Give again, word for word, each line below starting at the one that contains "#20=EDGE_CURVE('',#14,#16,#19,.T.);" and ending at the one that contains "#34=ORIENTED_EDGE('',*,*,#33,.F.);".

** Raw data follows **

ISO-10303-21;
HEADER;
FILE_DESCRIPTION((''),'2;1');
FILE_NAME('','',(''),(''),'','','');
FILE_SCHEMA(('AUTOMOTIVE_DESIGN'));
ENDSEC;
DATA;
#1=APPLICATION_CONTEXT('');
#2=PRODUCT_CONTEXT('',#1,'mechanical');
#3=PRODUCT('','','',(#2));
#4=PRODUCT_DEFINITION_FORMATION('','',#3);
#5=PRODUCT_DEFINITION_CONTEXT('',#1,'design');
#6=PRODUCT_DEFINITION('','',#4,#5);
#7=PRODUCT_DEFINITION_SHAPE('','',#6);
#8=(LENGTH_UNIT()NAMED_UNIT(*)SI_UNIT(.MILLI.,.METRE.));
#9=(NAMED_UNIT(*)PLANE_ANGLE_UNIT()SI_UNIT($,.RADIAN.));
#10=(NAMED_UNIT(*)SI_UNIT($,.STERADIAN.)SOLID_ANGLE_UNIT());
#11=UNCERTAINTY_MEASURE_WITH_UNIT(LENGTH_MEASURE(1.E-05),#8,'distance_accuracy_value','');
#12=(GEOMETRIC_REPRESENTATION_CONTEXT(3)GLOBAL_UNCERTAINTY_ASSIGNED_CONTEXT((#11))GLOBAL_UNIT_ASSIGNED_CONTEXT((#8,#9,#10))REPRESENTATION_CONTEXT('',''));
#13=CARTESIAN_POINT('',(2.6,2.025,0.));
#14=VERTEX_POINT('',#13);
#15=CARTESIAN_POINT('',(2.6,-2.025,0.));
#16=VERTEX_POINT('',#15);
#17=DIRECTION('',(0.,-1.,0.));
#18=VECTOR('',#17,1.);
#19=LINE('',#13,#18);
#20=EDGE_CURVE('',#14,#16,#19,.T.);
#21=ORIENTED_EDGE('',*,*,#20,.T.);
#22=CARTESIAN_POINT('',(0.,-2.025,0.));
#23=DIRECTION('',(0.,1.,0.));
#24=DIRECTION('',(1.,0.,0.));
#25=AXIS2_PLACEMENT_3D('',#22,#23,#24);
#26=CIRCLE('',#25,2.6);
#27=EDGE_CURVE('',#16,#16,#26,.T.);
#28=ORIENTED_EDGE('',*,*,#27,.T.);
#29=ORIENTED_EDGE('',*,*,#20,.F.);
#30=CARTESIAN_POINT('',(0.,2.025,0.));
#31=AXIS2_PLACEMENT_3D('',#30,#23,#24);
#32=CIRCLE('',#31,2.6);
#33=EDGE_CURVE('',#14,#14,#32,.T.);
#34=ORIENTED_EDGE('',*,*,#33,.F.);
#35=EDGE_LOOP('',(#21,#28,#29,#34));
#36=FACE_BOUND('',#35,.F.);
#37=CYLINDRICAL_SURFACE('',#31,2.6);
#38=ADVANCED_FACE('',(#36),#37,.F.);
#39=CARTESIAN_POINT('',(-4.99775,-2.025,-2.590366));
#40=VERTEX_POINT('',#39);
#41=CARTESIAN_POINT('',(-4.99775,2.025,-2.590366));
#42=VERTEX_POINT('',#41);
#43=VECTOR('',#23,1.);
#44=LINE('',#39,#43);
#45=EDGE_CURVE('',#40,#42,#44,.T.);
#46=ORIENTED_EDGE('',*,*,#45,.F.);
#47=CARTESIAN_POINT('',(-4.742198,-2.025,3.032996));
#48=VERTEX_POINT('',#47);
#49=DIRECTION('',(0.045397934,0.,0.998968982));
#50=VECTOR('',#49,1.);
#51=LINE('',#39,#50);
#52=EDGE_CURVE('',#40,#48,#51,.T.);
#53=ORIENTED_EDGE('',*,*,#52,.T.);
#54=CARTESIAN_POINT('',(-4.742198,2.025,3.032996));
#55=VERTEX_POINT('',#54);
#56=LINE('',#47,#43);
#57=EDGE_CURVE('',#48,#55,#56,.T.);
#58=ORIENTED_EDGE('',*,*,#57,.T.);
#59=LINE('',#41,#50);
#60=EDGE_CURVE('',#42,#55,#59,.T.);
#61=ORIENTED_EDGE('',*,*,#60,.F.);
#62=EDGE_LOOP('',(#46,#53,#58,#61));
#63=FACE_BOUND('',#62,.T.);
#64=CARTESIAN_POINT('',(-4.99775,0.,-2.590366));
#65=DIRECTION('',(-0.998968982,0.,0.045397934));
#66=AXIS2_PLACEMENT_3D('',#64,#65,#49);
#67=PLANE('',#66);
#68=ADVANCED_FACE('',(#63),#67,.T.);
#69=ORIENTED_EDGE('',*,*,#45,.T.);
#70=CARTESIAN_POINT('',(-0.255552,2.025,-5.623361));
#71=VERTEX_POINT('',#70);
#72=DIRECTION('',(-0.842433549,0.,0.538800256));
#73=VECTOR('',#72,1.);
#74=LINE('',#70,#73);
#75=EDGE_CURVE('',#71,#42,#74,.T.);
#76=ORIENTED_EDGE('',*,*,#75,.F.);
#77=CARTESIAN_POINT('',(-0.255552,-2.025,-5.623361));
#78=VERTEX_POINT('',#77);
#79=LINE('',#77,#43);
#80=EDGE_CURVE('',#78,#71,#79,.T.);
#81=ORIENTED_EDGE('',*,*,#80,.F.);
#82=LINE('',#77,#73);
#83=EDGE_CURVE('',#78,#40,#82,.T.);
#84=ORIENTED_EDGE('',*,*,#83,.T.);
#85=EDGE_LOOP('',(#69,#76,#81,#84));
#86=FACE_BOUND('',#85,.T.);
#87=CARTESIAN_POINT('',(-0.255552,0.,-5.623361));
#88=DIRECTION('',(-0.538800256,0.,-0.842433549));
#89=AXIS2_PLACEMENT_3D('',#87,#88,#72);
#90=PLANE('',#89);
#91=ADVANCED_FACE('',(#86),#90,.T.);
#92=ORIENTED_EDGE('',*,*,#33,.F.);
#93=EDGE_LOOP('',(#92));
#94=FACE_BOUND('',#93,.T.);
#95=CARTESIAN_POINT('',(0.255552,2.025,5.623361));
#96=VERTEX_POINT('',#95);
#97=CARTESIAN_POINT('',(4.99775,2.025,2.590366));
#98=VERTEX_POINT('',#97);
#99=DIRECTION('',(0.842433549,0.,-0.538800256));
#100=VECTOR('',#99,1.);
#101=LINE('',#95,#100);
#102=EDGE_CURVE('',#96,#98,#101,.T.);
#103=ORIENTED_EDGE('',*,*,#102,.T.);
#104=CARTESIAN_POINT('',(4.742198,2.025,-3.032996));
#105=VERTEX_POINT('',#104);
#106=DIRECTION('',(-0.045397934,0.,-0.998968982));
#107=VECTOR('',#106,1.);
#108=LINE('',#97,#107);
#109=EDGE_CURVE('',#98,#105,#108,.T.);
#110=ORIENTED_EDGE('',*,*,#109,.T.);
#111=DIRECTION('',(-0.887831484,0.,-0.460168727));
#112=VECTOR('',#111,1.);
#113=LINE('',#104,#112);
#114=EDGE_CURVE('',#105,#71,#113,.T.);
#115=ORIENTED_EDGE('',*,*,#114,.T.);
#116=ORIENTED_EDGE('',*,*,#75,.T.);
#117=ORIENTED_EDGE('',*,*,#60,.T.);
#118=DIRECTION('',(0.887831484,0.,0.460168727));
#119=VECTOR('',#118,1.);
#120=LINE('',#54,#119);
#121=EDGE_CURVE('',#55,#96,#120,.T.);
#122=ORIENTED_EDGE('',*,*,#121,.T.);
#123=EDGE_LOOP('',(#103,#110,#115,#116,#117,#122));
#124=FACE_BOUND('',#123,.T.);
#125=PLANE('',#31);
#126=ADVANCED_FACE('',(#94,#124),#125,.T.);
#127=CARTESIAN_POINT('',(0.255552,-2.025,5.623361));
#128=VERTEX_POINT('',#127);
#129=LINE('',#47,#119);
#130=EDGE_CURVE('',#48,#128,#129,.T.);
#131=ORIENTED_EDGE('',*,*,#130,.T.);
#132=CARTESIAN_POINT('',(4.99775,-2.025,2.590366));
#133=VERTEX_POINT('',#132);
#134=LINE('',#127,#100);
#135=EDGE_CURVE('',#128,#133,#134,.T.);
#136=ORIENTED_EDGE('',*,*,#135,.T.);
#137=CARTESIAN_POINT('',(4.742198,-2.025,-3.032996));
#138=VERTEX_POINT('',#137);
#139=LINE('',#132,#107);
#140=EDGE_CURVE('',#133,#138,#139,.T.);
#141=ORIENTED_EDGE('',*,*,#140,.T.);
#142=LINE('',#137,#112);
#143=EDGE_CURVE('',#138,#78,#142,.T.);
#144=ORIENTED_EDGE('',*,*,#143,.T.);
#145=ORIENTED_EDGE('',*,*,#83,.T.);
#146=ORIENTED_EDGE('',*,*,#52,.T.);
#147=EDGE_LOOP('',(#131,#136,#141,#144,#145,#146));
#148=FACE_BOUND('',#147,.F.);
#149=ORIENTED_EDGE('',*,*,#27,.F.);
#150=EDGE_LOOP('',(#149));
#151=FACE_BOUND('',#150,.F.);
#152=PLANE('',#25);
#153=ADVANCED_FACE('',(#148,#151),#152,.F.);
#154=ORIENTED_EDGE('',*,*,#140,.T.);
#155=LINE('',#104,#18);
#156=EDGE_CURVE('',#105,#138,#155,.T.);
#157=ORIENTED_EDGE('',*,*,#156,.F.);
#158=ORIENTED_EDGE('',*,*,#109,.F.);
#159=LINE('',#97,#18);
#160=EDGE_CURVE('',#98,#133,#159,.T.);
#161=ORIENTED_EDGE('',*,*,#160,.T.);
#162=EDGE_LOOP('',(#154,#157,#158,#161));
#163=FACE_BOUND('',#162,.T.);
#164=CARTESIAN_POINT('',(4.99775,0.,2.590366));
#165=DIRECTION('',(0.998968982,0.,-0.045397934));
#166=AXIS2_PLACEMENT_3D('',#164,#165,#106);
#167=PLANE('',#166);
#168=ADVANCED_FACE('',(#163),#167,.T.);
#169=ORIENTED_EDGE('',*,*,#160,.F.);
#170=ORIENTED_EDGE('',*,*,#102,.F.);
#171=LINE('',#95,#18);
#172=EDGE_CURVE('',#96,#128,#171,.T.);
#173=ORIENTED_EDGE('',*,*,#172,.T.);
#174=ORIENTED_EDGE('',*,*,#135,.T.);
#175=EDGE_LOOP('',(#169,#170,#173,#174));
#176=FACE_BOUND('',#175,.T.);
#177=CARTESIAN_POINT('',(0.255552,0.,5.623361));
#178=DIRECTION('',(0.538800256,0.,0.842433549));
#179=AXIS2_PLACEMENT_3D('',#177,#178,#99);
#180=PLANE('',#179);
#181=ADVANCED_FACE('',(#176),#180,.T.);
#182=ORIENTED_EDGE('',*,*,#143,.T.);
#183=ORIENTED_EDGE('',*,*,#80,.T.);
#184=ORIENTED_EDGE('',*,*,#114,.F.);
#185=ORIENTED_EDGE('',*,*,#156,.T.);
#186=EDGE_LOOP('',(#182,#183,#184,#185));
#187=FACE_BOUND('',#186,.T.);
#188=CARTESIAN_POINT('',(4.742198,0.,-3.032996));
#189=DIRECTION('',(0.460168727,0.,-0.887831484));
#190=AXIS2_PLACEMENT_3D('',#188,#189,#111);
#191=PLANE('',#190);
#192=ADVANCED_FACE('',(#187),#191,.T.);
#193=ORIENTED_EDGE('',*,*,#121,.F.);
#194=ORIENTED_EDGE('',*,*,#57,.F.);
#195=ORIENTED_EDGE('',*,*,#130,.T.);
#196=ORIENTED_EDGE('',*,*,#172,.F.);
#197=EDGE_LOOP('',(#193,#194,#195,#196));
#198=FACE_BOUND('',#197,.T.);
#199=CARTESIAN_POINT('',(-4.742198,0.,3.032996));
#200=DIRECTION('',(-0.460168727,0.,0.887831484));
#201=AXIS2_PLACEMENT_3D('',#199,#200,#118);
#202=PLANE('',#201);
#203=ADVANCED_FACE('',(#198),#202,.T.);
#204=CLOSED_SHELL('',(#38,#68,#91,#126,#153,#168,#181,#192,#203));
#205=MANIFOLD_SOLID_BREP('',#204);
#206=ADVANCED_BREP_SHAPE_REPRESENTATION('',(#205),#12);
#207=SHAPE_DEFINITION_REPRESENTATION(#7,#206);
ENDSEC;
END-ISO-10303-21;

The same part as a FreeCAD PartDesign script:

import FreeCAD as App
import Part
import Sketcher
from FreeCAD import Vector
Q = App.Units.Quantity


def add_polygon(sketch, points):
    """Adds a closed chain of lines whose ends are joined by coincident constraints."""
    first, n = sketch.GeometryCount, len(points)
    for a, b in zip(points, points[1:] + points[:1]):
        sketch.addGeometry(Part.LineSegment(App.Vector(*a, 0), App.Vector(*b, 0)), False)
    for i in range(n):
        sketch.addConstraint(Sketcher.Constraint("Coincident", first + i, 2, first + (i + 1) % n, 1))

doc = App.newDocument("Part")
body = doc.addObject("PartDesign::Body", "Body")

# Sketch on XZ plane
sketch1 = body.newObject("Sketcher::SketchObject", "Sketch")
sketch1.AttachmentSupport = (doc.getObject("XZ_Plane"), [""])
sketch1.MapMode = "FlatFace"
add_polygon(sketch1, [(4.742198, -3.032996), (-0.255552, -5.623361), (-4.99775, -2.590366), (-4.742198, 3.032996), (0.255552, 5.623361), (4.99775, 2.590366)])  # lines 0-5
sketch1.addConstraint(Sketcher.Constraint("Symmetric", 0, 2, 3, 2, -1, 1))
sketch1.addConstraint(Sketcher.Constraint("Symmetric", 1, 2, 4, 2, -1, 1))
sketch1.addConstraint(Sketcher.Constraint("Symmetric", 2, 2, 5, 2, -1, 1))
sketch1.addConstraint(Sketcher.Constraint("Equal", 0, 1))
sketch1.addConstraint(Sketcher.Constraint("Equal", 1, 2))
sketch1.addConstraint(Sketcher.Constraint("DistanceX", 1, 2, 4, 2, Q("9.9955 mm")))
sketch1.addConstraint(Sketcher.Constraint("DistanceY", 0, 2, -1, 1, Q("5.623361 mm")))
sketch1.addConstraint(Sketcher.Constraint("DistanceY", 1, 2, 2, 2, Q("5.623361 mm")))
sketch1.addConstraint(Sketcher.Constraint("DistanceX", 2, 2, 3, 2, Q("4.99775 mm")))
pad1 = body.newObject("PartDesign::Pad", "Pad")
pad1.Profile = sketch1
pad1.Length = 4.05
pad1.Midplane = True

# Sketch on XZ plane
sketch2 = body.newObject("Sketcher::SketchObject", "Sketch001")
sketch2.AttachmentSupport = (doc.getObject("XZ_Plane"), [""])
sketch2.MapMode = "FlatFace"
sketch2.AttachmentOffset = App.Placement(Vector(0, 0, -2.025), App.Rotation())
sketch2.addGeometry(Part.Circle(Vector(0, 0, 0), Vector(0, 0, 1), 2.6), False)
sketch2.addConstraint(Sketcher.Constraint("Coincident", 0, 3, -1, 1))
sketch2.addConstraint(Sketcher.Constraint("Diameter", 0, Q("5.2 mm")))
pocket1 = body.newObject("PartDesign::Pocket", "Pocket")
pocket1.Profile = sketch2
pocket1.Type = "UpToFirst"
pocket1.Reversed = True

doc.recompute()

** End of Raw data **

● Answer below
#20=EDGE_CURVE('',#14,#16,#19,.T.);
#21=ORIENTED_EDGE('',*,*,#20,.T.);
#22=CARTESIAN_POINT('',(0.,-2.025,0.));
#23=DIRECTION('',(0.,1.,0.));
#24=DIRECTION('',(1.,0.,0.));
#25=AXIS2_PLACEMENT_3D('',#22,#23,#24);
#26=CIRCLE('',#25,2.6);
#27=EDGE_CURVE('',#16,#16,#26,.T.);
#28=ORIENTED_EDGE('',*,*,#27,.T.);
#29=ORIENTED_EDGE('',*,*,#20,.F.);
#30=CARTESIAN_POINT('',(0.,2.025,0.));
#31=AXIS2_PLACEMENT_3D('',#30,#23,#24);
#32=CIRCLE('',#31,2.6);
#33=EDGE_CURVE('',#14,#14,#32,.T.);
#34=ORIENTED_EDGE('',*,*,#33,.F.);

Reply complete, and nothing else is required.